Data excerpts below:
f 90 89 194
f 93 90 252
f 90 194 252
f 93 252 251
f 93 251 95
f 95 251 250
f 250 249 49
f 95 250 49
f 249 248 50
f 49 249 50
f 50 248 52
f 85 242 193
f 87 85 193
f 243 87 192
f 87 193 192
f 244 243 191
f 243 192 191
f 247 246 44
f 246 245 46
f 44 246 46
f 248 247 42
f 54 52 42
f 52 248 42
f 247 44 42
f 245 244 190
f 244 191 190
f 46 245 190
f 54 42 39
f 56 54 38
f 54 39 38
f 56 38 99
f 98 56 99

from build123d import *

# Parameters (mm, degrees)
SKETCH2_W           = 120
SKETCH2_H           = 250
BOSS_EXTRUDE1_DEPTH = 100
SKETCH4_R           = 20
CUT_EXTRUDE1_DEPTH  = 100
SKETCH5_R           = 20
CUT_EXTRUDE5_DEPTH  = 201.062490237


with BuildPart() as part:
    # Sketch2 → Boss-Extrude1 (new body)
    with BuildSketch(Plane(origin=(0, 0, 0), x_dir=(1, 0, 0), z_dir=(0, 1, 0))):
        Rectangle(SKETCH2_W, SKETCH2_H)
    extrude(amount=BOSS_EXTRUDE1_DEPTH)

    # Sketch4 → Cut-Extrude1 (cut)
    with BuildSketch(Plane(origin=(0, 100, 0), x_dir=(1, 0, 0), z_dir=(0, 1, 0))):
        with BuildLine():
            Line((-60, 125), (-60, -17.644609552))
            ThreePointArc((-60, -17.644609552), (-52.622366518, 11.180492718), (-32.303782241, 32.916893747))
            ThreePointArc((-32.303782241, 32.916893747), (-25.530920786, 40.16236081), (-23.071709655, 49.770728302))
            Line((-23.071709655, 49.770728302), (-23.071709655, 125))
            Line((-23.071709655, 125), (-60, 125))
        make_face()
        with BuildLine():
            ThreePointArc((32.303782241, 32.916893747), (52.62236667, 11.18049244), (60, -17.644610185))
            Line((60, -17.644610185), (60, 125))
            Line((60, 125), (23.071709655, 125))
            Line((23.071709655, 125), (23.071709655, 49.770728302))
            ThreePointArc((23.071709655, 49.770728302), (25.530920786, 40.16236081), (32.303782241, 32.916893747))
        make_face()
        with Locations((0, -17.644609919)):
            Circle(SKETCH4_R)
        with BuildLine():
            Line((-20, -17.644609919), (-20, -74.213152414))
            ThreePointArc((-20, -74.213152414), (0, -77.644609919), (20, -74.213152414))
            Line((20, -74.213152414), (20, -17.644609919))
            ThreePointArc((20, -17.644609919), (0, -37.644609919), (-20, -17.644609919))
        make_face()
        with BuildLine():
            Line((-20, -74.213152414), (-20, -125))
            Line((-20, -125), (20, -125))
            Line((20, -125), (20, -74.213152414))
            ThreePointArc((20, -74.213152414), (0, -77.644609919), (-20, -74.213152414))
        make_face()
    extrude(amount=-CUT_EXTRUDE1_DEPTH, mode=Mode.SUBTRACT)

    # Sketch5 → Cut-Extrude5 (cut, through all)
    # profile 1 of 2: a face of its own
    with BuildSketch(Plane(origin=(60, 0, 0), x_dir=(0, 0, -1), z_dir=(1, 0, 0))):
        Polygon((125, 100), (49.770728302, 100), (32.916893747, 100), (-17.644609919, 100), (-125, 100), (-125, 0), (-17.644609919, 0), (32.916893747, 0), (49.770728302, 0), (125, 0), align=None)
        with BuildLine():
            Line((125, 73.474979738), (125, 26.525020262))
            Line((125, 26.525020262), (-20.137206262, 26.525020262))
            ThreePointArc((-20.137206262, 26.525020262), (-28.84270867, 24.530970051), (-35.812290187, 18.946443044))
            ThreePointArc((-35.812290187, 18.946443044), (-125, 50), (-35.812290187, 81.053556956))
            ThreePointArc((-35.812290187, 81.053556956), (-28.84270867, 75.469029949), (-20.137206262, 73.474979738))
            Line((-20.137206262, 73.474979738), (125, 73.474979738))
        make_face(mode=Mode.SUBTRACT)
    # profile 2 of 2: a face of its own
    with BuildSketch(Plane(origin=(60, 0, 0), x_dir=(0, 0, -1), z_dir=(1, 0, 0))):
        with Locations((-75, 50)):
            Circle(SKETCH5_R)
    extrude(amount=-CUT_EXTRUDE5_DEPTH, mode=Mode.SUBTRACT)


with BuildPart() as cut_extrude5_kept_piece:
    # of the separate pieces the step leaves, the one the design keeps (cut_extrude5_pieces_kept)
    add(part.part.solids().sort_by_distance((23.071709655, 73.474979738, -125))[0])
End of Data excerpts.
Task objective →
Output each line of the records above exactly, beginning at the first, and stop once the line containing "40.16236081), (-23.071709655, 49.770728302))" has been output.

Written answer →
f 90 89 194
f 93 90 252
f 90 194 252
f 93 252 251
f 93 251 95
f 95 251 250
f 250 249 49
f 95 250 49
f 249 248 50
f 49 249 50
f 50 248 52
f 85 242 193
f 87 85 193
f 243 87 192
f 87 193 192
f 244 243 191
f 243 192 191
f 247 246 44
f 246 245 46
f 44 246 46
f 248 247 42
f 54 52 42
f 52 248 42
f 247 44 42
f 245 244 190
f 244 191 190
f 46 245 190
f 54 42 39
f 56 54 38
f 54 39 38
f 56 38 99
f 98 56 99

from build123d import *

# Parameters (mm, degrees)
SKETCH2_W           = 120
SKETCH2_H           = 250
BOSS_EXTRUDE1_DEPTH = 100
SKETCH4_R           = 20
CUT_EXTRUDE1_DEPTH  = 100
SKETCH5_R           = 20
CUT_EXTRUDE5_DEPTH  = 201.062490237


with BuildPart() as part:
    # Sketch2 → Boss-Extrude1 (new body)
    with BuildSketch(Plane(origin=(0, 0, 0), x_dir=(1, 0, 0), z_dir=(0, 1, 0))):
        Rectangle(SKETCH2_W, SKETCH2_H)
    extrude(amount=BOSS_EXTRUDE1_DEPTH)

    # Sketch4 → Cut-Extrude1 (cut)
    with BuildSketch(Plane(origin=(0, 100, 0), x_dir=(1, 0, 0), z_dir=(0, 1, 0))):
        with BuildLine():
            Line((-60, 125), (-60, -17.644609552))
            ThreePointArc((-60, -17.644609552), (-52.622366518, 11.180492718), (-32.303782241, 32.916893747))
            ThreePointArc((-32.303782241, 32.916893747), (-25.530920786, 40.16236081), (-23.071709655, 49.770728302))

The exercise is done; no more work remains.